Orang-oetans leven in primaire en oude secundaire bossen, met name plankwortelbossen en veenmoerasbossen. Ze zijn te vinden in bergachtige en in laagland gelegen moerassige gebieden. Sumatraanse orang-oetans leven op hoogten tot 1500 m, terwijl Borneose orang-oetans niet hoger dan 1000 m leven. Andere habitats die worden gebruikt door orang-oetans zijn graslanden, akkers, tuinen, jong secundair bos en ondiepe meren. Orang-oetans zijn de meest boombewonende van de grote apen en brengen bijna al hun tijd door in de bomen. Het grootste deel van de dag wordt besteed aan eten, rusten en reizen. Ze beginnen de dag gedurende 2-3 uur 's ochtends. Ze rusten 's middags en reizen dan in de late namiddag. 's Avonds bereiden ze hun nesten voor op de nacht. Orang-oetans zwemmen niet, hoewel ze zijn waargenomen als wadend in water. De belangrijkste roofdieren van orang-oetans zijn tijgers. Andere roofdieren zijn nevelpanters, wilde honden en krokodillen. De afwezigheid van tijgers op Borneo kan verklaren waarom Borneose orang-oetans vaker op de grond te vinden zijn dan hun Sumatraanse familieleden.

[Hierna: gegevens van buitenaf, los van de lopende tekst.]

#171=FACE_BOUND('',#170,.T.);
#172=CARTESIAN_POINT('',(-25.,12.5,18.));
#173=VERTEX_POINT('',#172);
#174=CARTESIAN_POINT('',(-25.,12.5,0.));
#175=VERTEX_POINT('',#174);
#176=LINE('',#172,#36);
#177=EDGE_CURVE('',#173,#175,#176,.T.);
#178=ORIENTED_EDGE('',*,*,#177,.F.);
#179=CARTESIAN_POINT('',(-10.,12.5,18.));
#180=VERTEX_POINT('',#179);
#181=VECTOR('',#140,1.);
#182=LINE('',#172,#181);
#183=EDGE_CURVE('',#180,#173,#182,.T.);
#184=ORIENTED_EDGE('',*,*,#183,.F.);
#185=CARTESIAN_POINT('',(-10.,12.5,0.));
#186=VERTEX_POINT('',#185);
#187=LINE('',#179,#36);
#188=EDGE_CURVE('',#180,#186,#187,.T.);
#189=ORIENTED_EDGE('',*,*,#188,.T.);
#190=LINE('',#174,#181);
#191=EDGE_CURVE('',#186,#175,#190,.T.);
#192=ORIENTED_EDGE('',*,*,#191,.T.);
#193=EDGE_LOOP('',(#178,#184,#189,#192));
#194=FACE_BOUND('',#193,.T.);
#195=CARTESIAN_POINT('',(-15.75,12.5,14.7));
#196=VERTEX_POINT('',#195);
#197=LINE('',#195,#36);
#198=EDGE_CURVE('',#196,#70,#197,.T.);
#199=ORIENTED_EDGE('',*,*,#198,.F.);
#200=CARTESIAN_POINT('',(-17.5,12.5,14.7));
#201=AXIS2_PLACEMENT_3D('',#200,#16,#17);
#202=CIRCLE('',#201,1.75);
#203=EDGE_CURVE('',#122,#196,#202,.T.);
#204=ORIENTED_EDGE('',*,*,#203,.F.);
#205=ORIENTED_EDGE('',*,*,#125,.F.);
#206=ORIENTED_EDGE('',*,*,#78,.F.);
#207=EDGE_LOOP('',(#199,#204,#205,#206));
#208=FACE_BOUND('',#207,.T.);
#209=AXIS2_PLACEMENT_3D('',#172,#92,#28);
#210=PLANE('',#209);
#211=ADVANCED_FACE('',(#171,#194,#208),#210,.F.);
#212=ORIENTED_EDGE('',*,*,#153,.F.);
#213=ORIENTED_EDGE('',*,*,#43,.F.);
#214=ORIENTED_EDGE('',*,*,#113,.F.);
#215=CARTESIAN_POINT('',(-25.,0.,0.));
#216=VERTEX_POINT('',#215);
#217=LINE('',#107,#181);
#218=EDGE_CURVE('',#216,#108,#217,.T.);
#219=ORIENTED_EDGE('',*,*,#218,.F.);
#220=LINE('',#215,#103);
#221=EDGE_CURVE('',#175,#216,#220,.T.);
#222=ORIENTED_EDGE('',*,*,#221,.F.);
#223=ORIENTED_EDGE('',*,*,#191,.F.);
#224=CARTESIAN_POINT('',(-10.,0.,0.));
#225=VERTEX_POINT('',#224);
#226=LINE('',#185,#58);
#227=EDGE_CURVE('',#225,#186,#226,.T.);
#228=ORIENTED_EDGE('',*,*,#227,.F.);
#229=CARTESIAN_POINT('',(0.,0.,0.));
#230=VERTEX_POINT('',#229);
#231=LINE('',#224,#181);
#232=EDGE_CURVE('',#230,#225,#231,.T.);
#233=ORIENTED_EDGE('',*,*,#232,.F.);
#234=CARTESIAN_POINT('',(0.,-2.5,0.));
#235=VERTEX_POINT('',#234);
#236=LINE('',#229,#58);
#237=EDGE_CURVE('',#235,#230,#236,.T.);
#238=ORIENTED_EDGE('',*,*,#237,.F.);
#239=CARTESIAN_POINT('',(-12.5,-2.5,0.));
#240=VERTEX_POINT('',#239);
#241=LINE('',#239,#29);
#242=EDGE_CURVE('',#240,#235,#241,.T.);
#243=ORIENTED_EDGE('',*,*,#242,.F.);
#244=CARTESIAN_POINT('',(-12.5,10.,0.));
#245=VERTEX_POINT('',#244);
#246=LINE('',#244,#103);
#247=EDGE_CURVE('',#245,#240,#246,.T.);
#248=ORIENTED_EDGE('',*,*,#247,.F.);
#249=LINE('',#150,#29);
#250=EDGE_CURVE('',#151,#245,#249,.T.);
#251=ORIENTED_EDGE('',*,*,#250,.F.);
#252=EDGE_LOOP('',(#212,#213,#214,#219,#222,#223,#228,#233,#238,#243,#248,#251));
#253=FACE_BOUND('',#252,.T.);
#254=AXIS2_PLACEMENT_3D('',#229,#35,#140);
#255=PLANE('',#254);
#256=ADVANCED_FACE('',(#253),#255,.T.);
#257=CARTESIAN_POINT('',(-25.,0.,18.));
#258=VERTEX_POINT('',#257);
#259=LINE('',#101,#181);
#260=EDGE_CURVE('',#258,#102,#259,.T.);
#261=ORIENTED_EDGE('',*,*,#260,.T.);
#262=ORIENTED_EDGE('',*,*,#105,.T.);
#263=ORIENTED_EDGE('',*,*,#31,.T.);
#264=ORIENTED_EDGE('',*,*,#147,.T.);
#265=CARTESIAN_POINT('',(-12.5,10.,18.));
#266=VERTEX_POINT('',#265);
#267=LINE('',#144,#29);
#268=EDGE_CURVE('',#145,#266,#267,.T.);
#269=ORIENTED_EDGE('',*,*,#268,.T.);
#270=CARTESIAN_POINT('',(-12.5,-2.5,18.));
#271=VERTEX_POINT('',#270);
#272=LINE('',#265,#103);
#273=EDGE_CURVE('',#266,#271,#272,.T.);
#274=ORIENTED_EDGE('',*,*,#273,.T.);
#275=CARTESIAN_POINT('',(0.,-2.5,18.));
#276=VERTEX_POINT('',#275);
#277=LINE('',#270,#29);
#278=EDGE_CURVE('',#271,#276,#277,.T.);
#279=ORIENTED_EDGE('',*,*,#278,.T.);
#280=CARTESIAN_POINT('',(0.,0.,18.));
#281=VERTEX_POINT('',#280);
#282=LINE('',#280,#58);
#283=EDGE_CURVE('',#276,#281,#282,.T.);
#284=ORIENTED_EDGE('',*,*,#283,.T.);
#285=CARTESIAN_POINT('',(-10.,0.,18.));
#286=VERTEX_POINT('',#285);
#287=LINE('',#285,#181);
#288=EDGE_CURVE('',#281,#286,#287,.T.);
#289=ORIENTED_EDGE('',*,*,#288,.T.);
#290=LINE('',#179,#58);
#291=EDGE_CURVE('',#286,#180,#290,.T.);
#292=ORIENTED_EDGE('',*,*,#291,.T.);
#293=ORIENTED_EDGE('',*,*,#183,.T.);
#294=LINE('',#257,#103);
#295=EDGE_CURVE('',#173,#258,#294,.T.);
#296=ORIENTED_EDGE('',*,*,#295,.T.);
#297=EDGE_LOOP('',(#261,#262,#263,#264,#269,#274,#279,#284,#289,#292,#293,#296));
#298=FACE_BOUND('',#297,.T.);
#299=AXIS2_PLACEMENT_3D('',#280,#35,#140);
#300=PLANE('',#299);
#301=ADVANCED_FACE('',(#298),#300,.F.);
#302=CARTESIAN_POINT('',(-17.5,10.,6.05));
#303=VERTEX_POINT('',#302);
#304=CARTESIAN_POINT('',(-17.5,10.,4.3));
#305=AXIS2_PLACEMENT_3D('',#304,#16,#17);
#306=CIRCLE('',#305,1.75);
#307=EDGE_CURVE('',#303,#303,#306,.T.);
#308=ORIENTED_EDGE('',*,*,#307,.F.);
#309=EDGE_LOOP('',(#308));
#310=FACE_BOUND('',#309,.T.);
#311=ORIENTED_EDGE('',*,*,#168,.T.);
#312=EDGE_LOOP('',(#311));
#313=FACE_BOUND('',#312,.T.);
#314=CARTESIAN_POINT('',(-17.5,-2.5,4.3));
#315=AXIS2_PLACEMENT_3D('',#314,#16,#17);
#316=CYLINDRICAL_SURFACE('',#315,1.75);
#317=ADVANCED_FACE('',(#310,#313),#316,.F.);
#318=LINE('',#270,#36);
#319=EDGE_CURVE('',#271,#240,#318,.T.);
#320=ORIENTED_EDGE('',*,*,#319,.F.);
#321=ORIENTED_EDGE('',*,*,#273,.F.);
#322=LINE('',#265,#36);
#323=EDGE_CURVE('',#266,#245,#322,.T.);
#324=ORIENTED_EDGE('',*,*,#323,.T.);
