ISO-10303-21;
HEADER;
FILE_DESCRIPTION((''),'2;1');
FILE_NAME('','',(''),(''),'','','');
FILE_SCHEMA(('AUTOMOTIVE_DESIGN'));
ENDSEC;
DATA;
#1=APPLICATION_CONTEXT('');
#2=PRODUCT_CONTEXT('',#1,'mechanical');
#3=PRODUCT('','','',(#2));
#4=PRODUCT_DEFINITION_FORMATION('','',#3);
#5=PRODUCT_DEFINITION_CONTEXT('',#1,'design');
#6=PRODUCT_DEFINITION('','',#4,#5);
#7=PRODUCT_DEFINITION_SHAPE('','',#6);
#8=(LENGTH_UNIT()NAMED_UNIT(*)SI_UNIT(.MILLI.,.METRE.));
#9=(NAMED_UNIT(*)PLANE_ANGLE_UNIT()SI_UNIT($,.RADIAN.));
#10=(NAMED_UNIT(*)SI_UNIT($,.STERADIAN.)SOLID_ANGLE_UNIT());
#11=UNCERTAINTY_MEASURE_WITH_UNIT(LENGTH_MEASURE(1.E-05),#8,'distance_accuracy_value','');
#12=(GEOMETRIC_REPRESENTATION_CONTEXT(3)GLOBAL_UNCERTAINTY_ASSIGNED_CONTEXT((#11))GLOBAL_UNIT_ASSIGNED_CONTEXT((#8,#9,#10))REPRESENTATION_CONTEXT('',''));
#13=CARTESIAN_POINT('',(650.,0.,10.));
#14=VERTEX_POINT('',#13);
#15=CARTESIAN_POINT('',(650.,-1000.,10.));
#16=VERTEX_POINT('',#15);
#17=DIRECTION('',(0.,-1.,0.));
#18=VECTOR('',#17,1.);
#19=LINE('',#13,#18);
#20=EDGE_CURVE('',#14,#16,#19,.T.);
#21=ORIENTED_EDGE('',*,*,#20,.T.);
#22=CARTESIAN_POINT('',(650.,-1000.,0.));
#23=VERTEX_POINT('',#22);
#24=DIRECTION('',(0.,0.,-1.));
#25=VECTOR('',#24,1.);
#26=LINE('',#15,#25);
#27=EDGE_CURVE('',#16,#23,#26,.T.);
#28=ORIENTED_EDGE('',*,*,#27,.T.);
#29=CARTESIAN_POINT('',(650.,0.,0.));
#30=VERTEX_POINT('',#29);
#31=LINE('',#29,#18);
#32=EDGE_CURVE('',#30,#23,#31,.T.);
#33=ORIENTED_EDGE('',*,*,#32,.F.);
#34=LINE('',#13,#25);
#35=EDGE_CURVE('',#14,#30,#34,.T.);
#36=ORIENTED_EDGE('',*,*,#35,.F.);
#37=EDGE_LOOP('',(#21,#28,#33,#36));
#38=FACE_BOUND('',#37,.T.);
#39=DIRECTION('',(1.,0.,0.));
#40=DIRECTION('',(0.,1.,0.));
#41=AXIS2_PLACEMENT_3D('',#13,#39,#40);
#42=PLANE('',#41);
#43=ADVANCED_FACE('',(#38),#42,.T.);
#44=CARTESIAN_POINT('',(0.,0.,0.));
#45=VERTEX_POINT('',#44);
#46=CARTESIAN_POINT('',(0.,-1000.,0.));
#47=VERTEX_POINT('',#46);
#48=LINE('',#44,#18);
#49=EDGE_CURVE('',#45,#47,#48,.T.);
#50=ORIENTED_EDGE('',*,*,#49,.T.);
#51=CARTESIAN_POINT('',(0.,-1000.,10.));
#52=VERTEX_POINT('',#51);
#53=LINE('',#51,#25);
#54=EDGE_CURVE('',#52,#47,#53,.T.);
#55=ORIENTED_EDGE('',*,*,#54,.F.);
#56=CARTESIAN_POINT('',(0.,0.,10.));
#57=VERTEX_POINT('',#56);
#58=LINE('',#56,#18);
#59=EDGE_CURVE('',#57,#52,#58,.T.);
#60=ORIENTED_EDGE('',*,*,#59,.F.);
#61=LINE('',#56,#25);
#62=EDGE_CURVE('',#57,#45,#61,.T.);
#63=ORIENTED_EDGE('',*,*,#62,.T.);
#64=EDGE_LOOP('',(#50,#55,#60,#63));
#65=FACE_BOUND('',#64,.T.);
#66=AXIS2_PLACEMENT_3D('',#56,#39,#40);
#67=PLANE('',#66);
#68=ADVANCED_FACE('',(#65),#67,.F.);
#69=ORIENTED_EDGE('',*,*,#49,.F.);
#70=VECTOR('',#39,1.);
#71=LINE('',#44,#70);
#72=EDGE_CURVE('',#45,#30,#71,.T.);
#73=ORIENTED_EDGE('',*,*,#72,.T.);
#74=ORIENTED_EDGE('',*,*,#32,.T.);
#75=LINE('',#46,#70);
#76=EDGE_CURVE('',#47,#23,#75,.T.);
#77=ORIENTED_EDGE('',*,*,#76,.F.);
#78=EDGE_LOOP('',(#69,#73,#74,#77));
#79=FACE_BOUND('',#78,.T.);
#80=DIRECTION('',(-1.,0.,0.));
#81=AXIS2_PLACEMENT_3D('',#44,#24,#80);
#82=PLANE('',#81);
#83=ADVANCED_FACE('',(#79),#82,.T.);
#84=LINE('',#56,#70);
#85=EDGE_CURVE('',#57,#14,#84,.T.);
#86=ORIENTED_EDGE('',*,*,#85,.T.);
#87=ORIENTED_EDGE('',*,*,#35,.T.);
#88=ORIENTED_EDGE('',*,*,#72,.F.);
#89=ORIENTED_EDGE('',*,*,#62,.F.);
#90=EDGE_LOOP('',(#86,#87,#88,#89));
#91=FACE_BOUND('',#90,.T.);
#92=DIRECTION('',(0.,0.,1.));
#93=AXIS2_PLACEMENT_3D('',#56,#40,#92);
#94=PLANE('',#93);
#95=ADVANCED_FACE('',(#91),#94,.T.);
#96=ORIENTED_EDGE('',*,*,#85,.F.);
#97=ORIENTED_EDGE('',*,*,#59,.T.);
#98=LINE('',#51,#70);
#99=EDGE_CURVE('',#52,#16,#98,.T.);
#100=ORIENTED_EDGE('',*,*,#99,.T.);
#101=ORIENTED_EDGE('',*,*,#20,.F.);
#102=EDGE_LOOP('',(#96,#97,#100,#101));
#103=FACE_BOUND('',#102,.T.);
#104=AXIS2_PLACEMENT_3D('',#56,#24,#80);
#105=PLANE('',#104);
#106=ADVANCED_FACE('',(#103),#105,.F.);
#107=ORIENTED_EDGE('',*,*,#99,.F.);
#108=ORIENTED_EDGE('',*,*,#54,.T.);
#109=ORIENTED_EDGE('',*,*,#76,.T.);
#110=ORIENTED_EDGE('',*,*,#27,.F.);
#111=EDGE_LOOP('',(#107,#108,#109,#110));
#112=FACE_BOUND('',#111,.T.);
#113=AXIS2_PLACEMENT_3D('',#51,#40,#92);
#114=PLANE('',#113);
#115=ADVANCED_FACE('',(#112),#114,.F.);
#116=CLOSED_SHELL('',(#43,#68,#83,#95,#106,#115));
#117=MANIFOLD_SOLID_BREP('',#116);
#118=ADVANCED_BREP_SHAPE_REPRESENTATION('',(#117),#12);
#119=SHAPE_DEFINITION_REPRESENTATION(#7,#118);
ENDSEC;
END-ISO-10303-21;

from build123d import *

# Parameters (mm, degrees)
ESQUISSE1_W        = 650
ESQUISSE1_H        = 1000
BOSS_EXTRU_2_DEPTH = 10


with BuildPart() as part:
    # Esquisse1 → Boss.-Extru.2 (new body)
    with BuildSketch(Plane.XY):
        with Locations((325, -500)):
            Rectangle(ESQUISSE1_W, ESQUISSE1_H)
    extrude(amount=BOSS_EXTRU_2_DEPTH)


solid = part.part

Orang-oetans zijn de meest solitaire van de grote apen, met sociale banden die voornamelijk optreden tussen moeders en hun afhankelijke nakomelingen, die de eerste acht jaar bij elkaar blijven.

Ze kunnen meer dan 30 jaar in het wild en in gevangenschap leven.

Dieet[bewerken | brontekst bewerken]

Hoewel orang-oetans bladeren, scheuten en zelfs vogeleieren kunnen consumeren, is fruit het belangrijkste onderdeel van hun dieet. Orang-oetans zijn opportunistische eters en hun voedingspatroon varieert aanzienlijk van maand tot maand. Fruit maakt 65-90% uit van het orang-oetandieet, en die met suikerachtige of vette pulp hebben de voorkeur. Vijgen worden vaak gegeten en zijn gemakkelijk te plukken en te verteren. Laagland plankwortelbossen hebben de voorkeur van orang-oetans vanwege hun overvloedige fruit. Borneose orang-oetans consumeren ten minste 317 verschillende voedselproducten, waaronder jonge bladeren, scheuten, schors, insecten, honing en vogeleieren. Orang-oetans op Sumatra eten af en toe plompe lori's. Een tien jaar durende studie van urine en fecale monsters in het Gunung Palung Orangutan Project in West-Kalimantan heeft aangetoond dat orang-oetans tijdens en na het hoogfruitseizoen (hoewel niet elk jaar) bevallen, tijdens welke ze in overvloed verschillende soorten fruit consumeren tot 11.000 calorieën per dag. In het seizoen met weinig fruit eten ze naast fruit ook schors en bladeren, met een dagelijkse inname van slechts 2000 calorieën. Samen met een lange lactatieperiode hebben orang-oetans ook een lang geboorte-interval. Orang-oetans worden verondersteld de enige fruitverspreider te zijn voor sommige plantensoorten, waaronder de klimplant Strychnos ignatii, die de giftige alkaloïde strychnine bevat. Het lijkt geen effect te hebben op orang-oetans, behalve overmatige speekselproductie. Geofagie, het eten van grond of gesteente, is waargenomen bij orang-oetans. Er zijn drie hoofdredenen voor dit voedingsgedrag: voor de toevoeging van minerale voedingsstoffen aan hun dieet; voor de inname van kleimineralen die giftige stoffen kunnen absorberen; of om een aandoening zoals diarree te behandelen. Orang-oetans gebruiken ook planten van het geslacht Commelina als ontstekingsremmende balsem.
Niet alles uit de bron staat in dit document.